Exercise description:
Among the lines below, keep only those from the one containing "#57=EDGE_CURVE('',#48,#53,#56,.T.);" through the one containing "#65=EDGE_CURVE('',#46,#60,#64,.T.);", and reproduce them exactly.

The records:
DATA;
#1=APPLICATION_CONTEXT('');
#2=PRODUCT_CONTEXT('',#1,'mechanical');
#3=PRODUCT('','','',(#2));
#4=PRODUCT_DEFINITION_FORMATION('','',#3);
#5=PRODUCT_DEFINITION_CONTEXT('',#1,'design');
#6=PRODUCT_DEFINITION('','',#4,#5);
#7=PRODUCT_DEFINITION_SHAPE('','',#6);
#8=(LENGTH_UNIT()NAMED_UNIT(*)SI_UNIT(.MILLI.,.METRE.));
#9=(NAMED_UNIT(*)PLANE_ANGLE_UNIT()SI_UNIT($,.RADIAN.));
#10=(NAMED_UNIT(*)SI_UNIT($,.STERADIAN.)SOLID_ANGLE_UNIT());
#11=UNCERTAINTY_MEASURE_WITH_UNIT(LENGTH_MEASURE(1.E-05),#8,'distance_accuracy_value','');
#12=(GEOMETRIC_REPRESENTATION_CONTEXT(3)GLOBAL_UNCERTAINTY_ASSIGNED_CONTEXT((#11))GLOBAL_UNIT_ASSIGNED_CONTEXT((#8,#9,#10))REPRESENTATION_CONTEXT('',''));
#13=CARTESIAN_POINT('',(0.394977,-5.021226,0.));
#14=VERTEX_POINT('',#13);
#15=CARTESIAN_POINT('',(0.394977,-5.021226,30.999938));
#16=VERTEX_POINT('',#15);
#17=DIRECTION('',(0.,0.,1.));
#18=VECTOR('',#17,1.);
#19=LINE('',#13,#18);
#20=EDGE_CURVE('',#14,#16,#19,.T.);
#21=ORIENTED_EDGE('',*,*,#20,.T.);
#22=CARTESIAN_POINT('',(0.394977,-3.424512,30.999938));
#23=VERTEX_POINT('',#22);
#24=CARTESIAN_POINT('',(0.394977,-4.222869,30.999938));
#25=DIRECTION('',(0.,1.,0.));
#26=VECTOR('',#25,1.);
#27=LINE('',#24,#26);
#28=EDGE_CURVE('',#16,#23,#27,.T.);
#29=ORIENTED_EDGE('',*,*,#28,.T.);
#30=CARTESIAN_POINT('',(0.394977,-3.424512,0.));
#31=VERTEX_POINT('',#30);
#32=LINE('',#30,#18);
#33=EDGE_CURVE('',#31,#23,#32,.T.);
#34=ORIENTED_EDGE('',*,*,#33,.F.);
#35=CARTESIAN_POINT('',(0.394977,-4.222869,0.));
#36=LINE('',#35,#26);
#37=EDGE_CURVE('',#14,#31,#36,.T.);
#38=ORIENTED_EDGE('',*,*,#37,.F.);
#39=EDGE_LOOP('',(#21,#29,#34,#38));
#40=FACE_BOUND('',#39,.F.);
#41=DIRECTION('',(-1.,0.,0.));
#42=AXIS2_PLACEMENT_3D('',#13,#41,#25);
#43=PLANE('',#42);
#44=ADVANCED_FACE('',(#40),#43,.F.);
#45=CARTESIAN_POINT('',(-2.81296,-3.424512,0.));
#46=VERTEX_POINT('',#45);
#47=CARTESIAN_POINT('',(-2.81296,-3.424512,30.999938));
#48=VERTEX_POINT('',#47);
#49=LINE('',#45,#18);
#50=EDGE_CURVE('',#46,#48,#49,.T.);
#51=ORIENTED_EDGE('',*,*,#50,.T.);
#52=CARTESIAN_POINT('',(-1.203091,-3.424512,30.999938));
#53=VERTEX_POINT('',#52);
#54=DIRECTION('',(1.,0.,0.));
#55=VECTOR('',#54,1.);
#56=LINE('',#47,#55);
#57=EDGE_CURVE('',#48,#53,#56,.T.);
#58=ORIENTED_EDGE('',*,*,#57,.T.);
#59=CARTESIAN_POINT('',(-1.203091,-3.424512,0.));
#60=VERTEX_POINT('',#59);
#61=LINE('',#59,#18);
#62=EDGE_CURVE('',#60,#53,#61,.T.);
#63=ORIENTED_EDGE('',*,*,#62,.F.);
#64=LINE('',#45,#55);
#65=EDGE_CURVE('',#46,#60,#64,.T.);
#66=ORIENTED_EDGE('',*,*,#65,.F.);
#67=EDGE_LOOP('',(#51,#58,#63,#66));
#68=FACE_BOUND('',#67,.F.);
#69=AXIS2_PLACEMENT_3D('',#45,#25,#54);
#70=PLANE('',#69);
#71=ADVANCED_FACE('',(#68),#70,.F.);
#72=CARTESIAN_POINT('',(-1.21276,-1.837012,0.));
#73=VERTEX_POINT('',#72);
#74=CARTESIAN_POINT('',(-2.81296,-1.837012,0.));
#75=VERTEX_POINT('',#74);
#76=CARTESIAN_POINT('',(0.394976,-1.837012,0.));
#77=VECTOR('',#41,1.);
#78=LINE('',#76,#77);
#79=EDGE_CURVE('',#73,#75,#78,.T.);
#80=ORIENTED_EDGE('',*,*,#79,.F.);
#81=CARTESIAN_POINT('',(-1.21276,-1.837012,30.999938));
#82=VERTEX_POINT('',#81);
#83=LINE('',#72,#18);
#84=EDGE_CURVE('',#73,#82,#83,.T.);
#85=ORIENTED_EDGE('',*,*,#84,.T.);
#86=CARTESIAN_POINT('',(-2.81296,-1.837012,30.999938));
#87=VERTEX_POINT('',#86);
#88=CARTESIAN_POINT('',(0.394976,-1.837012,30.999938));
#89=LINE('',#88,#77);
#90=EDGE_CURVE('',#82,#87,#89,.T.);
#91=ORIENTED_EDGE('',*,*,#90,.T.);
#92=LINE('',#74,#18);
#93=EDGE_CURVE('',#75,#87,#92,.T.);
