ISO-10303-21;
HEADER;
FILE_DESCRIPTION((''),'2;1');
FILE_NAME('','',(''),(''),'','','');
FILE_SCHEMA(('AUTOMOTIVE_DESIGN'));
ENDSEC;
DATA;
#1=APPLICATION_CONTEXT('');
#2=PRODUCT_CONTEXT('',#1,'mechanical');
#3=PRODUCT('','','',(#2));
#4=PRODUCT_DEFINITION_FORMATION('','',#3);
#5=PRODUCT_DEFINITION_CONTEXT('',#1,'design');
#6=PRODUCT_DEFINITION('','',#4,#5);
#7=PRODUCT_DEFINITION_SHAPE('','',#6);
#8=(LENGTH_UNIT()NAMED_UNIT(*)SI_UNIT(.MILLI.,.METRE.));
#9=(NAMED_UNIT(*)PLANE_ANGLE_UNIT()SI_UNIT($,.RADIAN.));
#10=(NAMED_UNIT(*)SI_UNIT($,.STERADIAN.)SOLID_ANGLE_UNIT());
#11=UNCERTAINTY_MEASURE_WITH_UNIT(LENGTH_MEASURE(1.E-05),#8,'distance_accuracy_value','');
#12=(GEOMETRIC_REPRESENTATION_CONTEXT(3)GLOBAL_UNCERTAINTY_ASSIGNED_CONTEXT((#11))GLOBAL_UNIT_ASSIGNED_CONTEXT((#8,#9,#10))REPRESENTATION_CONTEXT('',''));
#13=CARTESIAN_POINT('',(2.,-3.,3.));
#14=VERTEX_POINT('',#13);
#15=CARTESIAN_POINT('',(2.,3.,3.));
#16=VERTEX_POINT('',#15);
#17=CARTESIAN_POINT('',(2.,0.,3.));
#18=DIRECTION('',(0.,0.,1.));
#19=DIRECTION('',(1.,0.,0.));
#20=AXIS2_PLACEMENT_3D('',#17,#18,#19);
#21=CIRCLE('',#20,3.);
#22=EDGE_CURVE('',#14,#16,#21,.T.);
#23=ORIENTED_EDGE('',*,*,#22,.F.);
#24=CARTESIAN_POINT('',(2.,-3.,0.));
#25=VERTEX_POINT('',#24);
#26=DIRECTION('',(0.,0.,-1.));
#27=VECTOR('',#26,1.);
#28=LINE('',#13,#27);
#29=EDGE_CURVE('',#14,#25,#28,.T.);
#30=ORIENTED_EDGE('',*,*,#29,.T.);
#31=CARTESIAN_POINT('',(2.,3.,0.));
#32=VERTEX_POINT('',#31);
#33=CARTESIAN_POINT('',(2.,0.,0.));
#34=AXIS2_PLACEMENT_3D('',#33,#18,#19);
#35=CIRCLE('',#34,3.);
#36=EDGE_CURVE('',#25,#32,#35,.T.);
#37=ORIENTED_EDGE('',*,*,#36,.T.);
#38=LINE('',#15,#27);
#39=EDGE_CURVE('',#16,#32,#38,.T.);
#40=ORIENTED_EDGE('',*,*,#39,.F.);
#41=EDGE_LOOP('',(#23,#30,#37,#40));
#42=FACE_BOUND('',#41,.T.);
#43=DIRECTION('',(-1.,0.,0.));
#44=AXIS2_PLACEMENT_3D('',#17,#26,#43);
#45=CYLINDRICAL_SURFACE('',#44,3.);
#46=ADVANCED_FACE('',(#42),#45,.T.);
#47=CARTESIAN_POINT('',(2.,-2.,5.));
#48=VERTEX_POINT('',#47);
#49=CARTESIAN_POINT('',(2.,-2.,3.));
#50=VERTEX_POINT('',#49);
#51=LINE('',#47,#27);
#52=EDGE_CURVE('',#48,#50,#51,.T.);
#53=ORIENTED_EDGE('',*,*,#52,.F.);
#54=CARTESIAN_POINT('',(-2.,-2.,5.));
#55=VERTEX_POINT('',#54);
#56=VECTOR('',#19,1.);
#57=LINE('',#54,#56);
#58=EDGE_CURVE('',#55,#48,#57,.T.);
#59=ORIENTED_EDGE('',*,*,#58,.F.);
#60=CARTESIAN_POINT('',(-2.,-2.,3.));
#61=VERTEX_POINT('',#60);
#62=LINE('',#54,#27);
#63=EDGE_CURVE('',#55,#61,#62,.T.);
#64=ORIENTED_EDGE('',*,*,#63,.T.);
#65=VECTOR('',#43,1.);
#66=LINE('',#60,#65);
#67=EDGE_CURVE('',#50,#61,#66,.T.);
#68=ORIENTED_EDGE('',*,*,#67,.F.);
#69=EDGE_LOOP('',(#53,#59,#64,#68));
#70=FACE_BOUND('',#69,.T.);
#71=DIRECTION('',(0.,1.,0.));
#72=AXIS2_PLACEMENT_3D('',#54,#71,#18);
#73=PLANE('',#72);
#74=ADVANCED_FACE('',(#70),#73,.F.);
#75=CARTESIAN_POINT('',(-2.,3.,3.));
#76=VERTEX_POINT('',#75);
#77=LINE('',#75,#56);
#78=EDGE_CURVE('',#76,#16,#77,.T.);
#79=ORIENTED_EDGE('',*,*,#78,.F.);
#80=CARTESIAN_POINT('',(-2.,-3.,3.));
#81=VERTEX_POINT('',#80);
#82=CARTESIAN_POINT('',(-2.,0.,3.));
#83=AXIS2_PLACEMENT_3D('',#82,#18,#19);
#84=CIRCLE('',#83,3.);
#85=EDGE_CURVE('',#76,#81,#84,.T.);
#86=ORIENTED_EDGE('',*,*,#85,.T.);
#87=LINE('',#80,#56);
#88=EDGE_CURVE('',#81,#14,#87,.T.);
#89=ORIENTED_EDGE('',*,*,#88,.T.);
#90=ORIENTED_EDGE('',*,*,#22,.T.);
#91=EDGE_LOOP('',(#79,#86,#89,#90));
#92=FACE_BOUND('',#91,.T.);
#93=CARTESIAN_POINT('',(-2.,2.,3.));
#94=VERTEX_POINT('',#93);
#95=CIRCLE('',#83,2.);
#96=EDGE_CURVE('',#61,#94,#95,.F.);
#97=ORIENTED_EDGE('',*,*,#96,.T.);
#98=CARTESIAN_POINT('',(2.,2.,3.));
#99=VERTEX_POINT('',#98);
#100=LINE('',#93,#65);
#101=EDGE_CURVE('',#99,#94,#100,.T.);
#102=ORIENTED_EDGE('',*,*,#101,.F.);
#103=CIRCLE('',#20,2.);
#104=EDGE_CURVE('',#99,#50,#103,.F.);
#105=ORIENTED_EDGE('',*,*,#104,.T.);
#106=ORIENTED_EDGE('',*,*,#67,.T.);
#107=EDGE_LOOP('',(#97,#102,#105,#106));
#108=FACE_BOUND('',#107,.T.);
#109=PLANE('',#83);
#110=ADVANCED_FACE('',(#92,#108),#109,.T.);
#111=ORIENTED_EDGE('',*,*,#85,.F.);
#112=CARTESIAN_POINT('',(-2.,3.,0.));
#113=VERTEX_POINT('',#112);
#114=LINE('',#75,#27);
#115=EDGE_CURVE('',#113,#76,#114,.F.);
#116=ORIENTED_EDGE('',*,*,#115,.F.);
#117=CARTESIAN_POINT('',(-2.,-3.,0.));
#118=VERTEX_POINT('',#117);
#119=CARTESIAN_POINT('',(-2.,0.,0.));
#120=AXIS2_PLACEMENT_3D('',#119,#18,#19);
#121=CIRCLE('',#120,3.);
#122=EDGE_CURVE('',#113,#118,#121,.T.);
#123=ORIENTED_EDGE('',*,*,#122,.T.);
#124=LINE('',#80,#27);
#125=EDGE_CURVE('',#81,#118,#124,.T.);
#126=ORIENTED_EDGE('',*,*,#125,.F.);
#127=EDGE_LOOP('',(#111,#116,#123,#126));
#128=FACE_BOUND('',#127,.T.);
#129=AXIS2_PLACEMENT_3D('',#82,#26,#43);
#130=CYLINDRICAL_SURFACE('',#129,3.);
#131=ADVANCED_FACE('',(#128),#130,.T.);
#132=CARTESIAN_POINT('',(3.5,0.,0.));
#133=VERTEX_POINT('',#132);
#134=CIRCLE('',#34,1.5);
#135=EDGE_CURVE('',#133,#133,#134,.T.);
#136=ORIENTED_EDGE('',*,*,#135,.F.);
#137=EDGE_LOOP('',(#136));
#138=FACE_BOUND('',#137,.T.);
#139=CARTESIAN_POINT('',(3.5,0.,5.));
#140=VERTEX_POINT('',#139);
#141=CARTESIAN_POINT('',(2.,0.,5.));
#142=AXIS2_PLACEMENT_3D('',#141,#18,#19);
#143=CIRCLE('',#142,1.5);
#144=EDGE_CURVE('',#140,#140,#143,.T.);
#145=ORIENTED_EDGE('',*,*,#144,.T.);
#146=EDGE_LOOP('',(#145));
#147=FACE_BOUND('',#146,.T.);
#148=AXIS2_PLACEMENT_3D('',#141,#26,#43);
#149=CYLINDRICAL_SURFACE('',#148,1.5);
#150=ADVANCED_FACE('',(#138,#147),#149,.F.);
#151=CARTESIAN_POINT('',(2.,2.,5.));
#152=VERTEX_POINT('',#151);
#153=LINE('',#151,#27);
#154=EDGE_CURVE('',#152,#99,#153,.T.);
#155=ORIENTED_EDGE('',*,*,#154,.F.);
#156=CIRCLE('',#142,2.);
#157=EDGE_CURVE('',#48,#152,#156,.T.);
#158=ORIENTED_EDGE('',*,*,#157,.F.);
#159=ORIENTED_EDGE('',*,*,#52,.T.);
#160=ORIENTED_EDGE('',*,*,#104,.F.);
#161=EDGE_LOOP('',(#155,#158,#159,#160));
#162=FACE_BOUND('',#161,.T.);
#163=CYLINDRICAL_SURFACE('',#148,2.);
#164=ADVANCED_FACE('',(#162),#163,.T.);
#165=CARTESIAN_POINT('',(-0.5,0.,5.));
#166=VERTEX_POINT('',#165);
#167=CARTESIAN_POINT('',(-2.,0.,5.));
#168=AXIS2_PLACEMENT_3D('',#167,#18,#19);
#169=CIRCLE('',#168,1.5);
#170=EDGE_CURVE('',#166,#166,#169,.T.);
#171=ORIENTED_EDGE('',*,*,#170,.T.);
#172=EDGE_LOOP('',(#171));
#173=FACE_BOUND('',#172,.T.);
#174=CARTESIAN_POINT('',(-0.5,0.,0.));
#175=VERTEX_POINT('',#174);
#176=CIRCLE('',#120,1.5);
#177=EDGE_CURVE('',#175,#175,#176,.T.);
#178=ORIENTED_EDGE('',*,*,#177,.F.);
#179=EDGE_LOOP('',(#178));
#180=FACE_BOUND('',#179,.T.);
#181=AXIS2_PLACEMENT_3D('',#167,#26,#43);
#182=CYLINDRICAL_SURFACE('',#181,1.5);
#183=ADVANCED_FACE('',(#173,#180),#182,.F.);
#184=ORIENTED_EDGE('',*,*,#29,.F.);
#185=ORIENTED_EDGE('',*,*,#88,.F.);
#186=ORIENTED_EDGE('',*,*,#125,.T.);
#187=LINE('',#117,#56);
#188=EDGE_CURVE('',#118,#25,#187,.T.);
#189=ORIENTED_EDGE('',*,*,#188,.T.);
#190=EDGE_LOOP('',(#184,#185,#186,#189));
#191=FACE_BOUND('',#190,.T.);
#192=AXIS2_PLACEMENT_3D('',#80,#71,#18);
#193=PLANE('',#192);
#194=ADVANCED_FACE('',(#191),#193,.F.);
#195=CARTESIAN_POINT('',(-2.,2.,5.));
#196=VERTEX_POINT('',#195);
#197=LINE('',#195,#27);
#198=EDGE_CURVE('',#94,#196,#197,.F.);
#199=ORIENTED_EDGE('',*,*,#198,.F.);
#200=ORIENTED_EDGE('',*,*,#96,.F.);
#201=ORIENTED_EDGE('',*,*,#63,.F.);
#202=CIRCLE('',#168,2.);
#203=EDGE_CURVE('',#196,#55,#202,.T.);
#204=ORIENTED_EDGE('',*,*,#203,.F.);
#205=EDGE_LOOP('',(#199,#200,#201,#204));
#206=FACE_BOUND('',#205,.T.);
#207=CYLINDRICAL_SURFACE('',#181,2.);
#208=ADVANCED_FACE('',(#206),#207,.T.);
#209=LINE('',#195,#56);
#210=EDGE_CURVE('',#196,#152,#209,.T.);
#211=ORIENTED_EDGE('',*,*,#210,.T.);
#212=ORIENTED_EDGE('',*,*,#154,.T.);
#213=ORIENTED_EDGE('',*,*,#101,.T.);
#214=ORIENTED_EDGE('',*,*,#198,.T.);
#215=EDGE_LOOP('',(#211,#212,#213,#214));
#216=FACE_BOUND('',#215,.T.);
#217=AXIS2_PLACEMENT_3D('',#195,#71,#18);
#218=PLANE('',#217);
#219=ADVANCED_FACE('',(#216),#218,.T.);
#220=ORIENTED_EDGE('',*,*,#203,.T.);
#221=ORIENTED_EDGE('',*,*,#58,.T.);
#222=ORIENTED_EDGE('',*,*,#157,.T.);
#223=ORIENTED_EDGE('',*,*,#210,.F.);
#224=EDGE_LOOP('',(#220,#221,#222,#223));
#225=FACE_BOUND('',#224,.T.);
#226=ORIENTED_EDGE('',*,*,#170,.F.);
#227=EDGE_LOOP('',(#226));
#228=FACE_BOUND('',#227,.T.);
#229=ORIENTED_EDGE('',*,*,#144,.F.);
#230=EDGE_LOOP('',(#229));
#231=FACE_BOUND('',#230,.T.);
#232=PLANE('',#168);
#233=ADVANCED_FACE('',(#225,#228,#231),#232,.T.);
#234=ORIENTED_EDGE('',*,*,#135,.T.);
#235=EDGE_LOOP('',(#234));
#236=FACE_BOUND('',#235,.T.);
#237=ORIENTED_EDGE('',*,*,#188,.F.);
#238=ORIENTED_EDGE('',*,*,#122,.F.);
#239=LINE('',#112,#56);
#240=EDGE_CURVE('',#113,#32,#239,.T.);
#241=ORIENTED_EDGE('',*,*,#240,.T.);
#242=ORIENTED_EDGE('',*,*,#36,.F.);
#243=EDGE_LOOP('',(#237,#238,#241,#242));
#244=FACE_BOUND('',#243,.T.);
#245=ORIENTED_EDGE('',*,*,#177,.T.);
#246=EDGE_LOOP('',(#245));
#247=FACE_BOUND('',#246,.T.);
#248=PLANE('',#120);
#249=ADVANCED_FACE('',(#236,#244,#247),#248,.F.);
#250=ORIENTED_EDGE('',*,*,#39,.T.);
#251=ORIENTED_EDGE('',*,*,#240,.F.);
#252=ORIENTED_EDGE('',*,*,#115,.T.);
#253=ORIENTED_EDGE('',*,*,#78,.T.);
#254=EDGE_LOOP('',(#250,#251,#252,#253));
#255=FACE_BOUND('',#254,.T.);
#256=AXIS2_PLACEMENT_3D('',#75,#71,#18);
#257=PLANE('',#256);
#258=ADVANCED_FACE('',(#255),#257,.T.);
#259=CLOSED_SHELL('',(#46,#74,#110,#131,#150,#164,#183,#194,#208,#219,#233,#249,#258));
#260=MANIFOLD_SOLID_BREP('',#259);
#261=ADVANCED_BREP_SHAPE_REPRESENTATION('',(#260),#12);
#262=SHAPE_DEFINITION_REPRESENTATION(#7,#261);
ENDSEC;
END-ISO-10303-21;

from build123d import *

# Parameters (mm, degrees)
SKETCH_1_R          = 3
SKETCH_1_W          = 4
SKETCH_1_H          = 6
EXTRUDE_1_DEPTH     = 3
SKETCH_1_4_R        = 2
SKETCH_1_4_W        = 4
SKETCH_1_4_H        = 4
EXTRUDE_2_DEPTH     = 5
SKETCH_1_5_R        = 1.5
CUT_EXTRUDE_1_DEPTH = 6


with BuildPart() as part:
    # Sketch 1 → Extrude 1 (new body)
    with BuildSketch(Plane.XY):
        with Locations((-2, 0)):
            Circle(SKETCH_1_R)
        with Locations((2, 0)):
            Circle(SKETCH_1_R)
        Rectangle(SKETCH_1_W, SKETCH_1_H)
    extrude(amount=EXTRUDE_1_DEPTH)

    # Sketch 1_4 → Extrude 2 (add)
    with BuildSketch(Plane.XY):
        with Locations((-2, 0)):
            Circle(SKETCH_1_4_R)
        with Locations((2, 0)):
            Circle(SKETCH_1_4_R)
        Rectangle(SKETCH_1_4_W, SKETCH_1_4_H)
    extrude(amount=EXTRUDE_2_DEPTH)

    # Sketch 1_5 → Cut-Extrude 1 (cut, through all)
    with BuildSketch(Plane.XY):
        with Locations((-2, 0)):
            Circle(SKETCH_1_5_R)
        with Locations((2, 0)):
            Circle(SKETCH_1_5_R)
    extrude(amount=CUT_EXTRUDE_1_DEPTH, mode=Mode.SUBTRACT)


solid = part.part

Reply:
#57=EDGE_CURVE('',#48,#53,#56,.T.);
#58=ORIENTED_EDGE('',*,*,#57,.T.);
#59=CARTESIAN_POINT('',(-1.203091,-3.424512,0.));
#60=VERTEX_POINT('',#59);
#61=LINE('',#59,#18);
#62=EDGE_CURVE('',#60,#53,#61,.T.);
#63=ORIENTED_EDGE('',*,*,#62,.F.);
#64=LINE('',#45,#55);
#65=EDGE_CURVE('',#46,#60,#64,.T.);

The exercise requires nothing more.